First release of the fork under the net.ladenthin:llama Maven coordinates. ~100 merged pull requests since baseline 49be664 (the last pre-fork upstream commit).

Added

  • First publish to Maven Central under net.ladenthin:llama.
  • Pre-built native libraries for Linux (x86-64, aarch64), macOS (x86-64, arm64), and Windows (x86-64, x86).
  • Java API surface: LlamaModel, ModelParameters, InferenceParameters, LlamaIterator / LlamaIterable for streaming, chat completion (chatComplete, generateChat, chatCompleteText), embeddings, reranking, infilling, raw JSON endpoint handlers, slot management (saveSlot, restoreSlot, eraseSlot), and getModelMeta().
  • chatComplete() for OpenAI-compatible chat completions, re-implemented from scratch based on a patch by @vaiju1981 (PR #61; see docs/history/CHAT_INTEGRATION_SUMMARY.md).
  • mmproj, reasoning-budget, sigma, and sleep-idle parameters added to ModelParameters.
  • JaCoCo code-coverage reporting integrated with Coveralls and Codecov (PR #124).
  • CodeQL static-analysis workflow on push, PR, and a weekly schedule.
  • Automated Claude Code review workflow on pull requests.
  • Dependabot for Maven and GitHub Actions dependency updates.
  • Automatic snapshot release workflow on main push (PR #105) publishing to the Sonatype Central snapshot repository.
  • CUDA, Metal, and Vulkan build support via local CMake build.
  • Android integration documented in README.
  • All system properties (net.ladenthin.llama.*) and LogLevel values documented.
  • CLAUDE.md maintainer guide covering upstream upgrade procedure and the b5022→b9172 breaking-change table.

Changed

  • Migrated Maven group and artifact from de.kherud:java-llama.cpp to net.ladenthin:llama (PR #101).
  • Migrated Maven Central publishing from OSSRH (Legacy) to the Sonatype Central Publisher Portal.
  • Deleted the hand-ported server.hpp fork (~3,780 lines) and linked the upstream llama.cpp server source files directly into jllama. ~4,100 C++ lines removed in total; future upstream upgrades become a CMake version bump. The Java API is unchanged. See docs/history/REFACTORING.md.
  • Compiled upstream server-context / queue / task / models directly into jllama (PR #96).
  • Unified CI into a single publish.yml workflow with cross-compilation, testing, coverage, and release stages.
  • Upgraded CUDA from 12.1 to 13.2 (PR #50).
  • Upgraded llama.cpp from b8913 through b9106 across multiple incremental upgrades.
  • setDraftMax / setDraftMin now emit the canonical --spec-draft-n-max / --spec-draft-n-min flags (llama.cpp b9016 removed the old aliases).
  • Bumped CI GitHub Actions: actions/checkout v4 → v6, actions/upload-artifact v6 → v7, actions/download-artifact v6 → v8, codeql-action v3 → v4.

Fixed

  • Javadoc warnings resolved across the public API by adding missing comments.
  • cache_idle_slots slot-parameter handling aligned with the upstream rename (b8841 → b8854).
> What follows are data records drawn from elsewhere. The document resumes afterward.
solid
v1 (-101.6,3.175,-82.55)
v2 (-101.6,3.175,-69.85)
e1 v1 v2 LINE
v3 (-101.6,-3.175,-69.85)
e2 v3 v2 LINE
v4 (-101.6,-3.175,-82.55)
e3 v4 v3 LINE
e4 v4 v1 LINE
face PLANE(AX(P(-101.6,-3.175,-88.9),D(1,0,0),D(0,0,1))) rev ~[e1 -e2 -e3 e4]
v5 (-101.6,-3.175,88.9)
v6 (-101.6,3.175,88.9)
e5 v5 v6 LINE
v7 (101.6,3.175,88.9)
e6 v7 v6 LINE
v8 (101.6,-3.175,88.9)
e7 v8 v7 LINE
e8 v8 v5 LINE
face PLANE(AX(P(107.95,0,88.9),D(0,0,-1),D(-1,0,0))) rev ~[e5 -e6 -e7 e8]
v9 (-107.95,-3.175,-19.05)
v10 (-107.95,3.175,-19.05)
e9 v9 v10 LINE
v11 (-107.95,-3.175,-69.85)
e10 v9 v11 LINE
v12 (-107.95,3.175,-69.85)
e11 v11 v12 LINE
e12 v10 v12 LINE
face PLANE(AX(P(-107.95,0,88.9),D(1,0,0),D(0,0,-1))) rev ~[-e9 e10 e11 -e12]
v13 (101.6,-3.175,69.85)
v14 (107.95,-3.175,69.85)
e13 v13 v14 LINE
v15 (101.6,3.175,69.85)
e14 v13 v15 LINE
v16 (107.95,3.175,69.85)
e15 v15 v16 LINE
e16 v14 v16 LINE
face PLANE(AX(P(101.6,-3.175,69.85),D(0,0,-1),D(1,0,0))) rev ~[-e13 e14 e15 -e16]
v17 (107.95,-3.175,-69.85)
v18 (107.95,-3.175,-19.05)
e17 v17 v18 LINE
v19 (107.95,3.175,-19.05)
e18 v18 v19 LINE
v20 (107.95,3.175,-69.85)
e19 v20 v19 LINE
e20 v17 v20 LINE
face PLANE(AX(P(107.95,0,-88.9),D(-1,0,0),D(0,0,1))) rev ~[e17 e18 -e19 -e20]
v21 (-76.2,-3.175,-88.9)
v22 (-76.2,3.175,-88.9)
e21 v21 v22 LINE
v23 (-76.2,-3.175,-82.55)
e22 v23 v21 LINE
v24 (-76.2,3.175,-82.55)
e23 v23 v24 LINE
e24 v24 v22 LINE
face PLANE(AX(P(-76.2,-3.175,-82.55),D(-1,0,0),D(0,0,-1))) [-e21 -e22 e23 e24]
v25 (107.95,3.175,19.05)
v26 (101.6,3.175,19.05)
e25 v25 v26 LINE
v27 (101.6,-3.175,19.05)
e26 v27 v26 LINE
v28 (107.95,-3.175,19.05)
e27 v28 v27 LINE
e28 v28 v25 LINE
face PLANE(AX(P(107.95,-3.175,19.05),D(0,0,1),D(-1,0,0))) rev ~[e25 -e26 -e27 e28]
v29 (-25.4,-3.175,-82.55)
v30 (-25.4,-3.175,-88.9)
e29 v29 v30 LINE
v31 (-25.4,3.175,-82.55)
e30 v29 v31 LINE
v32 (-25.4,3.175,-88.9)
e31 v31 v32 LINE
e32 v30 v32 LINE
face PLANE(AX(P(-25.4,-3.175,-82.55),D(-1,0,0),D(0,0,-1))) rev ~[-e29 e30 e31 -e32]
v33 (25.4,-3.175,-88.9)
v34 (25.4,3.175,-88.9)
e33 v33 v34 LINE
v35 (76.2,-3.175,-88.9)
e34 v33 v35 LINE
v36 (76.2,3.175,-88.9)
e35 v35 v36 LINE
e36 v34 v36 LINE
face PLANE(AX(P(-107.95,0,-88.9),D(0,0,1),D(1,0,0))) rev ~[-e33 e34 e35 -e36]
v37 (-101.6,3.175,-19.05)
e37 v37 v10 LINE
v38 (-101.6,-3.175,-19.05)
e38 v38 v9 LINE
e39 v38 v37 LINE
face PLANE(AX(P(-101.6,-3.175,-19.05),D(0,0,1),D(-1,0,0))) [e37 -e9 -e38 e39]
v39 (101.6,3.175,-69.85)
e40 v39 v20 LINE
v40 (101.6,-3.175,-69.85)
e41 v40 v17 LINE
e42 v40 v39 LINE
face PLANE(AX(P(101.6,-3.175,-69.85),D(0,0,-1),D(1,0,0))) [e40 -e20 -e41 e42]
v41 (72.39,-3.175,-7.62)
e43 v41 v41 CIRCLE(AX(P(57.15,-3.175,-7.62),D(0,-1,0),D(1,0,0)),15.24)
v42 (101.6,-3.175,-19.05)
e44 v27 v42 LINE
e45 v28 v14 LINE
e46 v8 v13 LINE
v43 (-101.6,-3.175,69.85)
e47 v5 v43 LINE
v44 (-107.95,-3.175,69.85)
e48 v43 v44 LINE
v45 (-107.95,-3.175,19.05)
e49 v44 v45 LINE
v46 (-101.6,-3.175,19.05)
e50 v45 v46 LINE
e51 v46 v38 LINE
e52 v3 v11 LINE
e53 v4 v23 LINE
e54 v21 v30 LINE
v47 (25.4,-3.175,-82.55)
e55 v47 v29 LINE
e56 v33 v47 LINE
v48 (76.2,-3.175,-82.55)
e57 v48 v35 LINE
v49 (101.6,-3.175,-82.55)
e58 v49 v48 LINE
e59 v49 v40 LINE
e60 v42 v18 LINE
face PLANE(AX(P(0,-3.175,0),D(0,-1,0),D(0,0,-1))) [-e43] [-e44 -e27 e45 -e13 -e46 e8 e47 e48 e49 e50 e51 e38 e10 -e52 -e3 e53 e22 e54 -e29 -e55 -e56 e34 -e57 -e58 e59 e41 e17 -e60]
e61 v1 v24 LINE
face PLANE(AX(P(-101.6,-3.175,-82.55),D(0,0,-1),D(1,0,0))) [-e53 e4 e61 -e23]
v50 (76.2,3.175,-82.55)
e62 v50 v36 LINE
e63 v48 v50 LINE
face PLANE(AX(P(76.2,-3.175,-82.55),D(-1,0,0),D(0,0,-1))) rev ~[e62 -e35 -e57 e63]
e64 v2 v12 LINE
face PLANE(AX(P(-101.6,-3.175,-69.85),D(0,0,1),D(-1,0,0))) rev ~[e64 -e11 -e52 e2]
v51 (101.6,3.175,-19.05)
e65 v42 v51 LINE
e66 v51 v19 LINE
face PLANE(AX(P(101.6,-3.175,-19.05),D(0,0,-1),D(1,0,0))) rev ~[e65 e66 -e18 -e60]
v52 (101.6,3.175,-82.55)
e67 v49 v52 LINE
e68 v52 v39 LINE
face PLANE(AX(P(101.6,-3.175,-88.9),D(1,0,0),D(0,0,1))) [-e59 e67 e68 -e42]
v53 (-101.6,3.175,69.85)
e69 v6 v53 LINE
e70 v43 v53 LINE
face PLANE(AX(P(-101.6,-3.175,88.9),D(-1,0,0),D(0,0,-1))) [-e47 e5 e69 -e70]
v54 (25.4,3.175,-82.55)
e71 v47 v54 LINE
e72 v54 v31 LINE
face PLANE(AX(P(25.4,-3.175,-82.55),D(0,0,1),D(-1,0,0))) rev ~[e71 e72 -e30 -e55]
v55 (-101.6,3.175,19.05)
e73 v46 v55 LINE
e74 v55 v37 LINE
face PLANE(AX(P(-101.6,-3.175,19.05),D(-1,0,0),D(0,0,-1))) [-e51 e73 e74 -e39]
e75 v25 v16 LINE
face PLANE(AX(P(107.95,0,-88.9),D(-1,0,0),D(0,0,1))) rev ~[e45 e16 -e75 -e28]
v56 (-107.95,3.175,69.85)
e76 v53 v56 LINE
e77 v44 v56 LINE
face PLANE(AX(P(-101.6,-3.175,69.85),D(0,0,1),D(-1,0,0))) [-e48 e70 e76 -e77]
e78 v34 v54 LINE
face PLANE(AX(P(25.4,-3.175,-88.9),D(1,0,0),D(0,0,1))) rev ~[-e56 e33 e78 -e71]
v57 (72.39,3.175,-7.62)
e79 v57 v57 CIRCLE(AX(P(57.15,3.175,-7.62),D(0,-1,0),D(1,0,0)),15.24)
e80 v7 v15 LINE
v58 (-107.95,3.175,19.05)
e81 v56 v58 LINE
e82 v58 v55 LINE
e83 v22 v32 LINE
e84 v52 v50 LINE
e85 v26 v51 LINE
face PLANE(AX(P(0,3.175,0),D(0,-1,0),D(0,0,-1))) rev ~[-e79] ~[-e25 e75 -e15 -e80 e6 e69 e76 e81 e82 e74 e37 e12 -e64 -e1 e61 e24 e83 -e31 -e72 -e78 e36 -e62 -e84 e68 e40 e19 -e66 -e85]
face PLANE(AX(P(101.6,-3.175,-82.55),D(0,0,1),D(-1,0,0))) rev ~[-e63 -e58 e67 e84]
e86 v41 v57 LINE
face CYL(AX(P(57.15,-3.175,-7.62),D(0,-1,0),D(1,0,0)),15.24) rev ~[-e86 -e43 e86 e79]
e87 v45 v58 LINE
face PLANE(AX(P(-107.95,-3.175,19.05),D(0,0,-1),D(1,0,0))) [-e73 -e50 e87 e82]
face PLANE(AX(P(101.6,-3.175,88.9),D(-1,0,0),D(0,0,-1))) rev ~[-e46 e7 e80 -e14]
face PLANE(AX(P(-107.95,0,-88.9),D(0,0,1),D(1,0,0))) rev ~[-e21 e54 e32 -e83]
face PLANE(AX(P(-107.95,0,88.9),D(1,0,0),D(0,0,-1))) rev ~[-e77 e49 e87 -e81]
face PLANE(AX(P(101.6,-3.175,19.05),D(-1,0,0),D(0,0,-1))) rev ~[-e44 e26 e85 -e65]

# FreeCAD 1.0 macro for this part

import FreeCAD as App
import Part
import Sketcher
from FreeCAD import Vector
Q = App.Units.Quantity


def add_polygon(sketch, points):
    """Adds a closed chain of lines whose ends are joined by coincident constraints."""
    first, n = sketch.GeometryCount, len(points)
    for a, b in zip(points, points[1:] + points[:1]):
        sketch.addGeometry(Part.LineSegment(App.Vector(*a, 0), App.Vector(*b, 0)), False)
    for i in range(n):
        sketch.addConstraint(Sketcher.Constraint("Coincident", first + i, 2, first + (i + 1) % n, 1))

doc = App.newDocument("Part")
body = doc.addObject("PartDesign::Body", "Body")

# Sketch on XZ plane
sketch1 = doc.addObject("Sketcher::SketchObject", "Sketch")
body.addObject(sketch1)
sketch1.AttachmentSupport = (doc.XZ_Plane, [""])
sketch1.MapMode = "FlatFace"
add_polygon(sketch1, [(-108, 89), (-108, -89), (108, -89), (108, 89)])  # lines 0-3
sketch1.addConstraint([
    Sketcher.Constraint("Vertical", 0),
    Sketcher.Constraint("Horizontal", 1),
    Sketcher.Constraint("Vertical", 2),
    Sketcher.Constraint("Horizontal", 3),
    Sketcher.Constraint("Symmetric", 0, 2, 2, 2, -1, 1),
    Sketcher.Constraint("DistanceY", 0, 2, 0, 1, Q("7 in")),
    Sketcher.Constraint("DistanceX", 0, 2, -1, 1, Q("4.25 in")),
])
pad1 = doc.addObject("PartDesign::Pad", "Pad")
body.addObject(pad1)
pad1.Profile = sketch1
pad1.Length = Q("0.25 in")
pad1.Midplane = True

# Sketch on XZ plane
sketch2 = doc.addObject("Sketcher::SketchObject", "Sketch001")
body.addObject(sketch2)
sketch2.AttachmentSupport = (doc.XZ_Plane, [""])
sketch2.MapMode = "FlatFace"
sketch2.AttachmentOffset = App.Placement(Vector(0, 0, 0.125 * 25.4), App.Rotation())
add_polygon(sketch2, [(108, 70), (108, 89), (102, 89), (102, 70)])  # lines 0-3
add_polygon(sketch2, [(108, -19), (108, 19), (102, 19), (102, -19)])  # lines 4-7
add_polygon(sketch2, [(102, -89), (108, -89), (108, -70), (102, -70)])  # lines 8-11
add_polygon(sketch2, [(-102, 89), (-108, 89), (-108, 70), (-102, 70)])  # lines 12-15
add_polygon(sketch2, [(-102, 19), (-108, 19), (-108, -19), (-102, -19)])  # lines 16-19
add_polygon(sketch2, [(-108, -70), (-108, -89), (-102, -89), (-102, -70)])  # lines 20-23
sketch2.addConstraint([
    Sketcher.Constraint("Vertical", 0),
    Sketcher.Constraint("Horizontal", 1),
    Sketcher.Constraint("Vertical", 2),
    Sketcher.Constraint("Horizontal", 3),
    Sketcher.Constraint("Vertical", 4),
    Sketcher.Constraint("Horizontal", 5),
    Sketcher.Constraint("Vertical", 6),
    Sketcher.Constraint("Horizontal", 7),
    Sketcher.Constraint("Horizontal", 8),
    Sketcher.Constraint("Vertical", 9),
    Sketcher.Constraint("Horizontal", 10),
    Sketcher.Constraint("Vertical", 11),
Pre-fork history (kherud/java-llama.cpp 1.x–4.2.0)

Releases 1.1.1 through 4.2.0 were authored by @kherud on the upstream repository. The full upstream release notes are at https://github.com/kherud/java-llama.cpp/releases. The fork's baseline is upstream commit 49be664 (tagged v4.2.0, 2025-06-20).

For an architecture-level diff between the pre-fork baseline (49be664) and the first 5.0.0 candidate (24918e4), see docs/history/49be664_24918e4.md. For the server-fork-deletion refactor that culminated in 5.0.0, see docs/history/REFACTORING.md. For the chat-completion integration that landed in 5.0.0, see docs/history/CHAT_INTEGRATION_SUMMARY.md.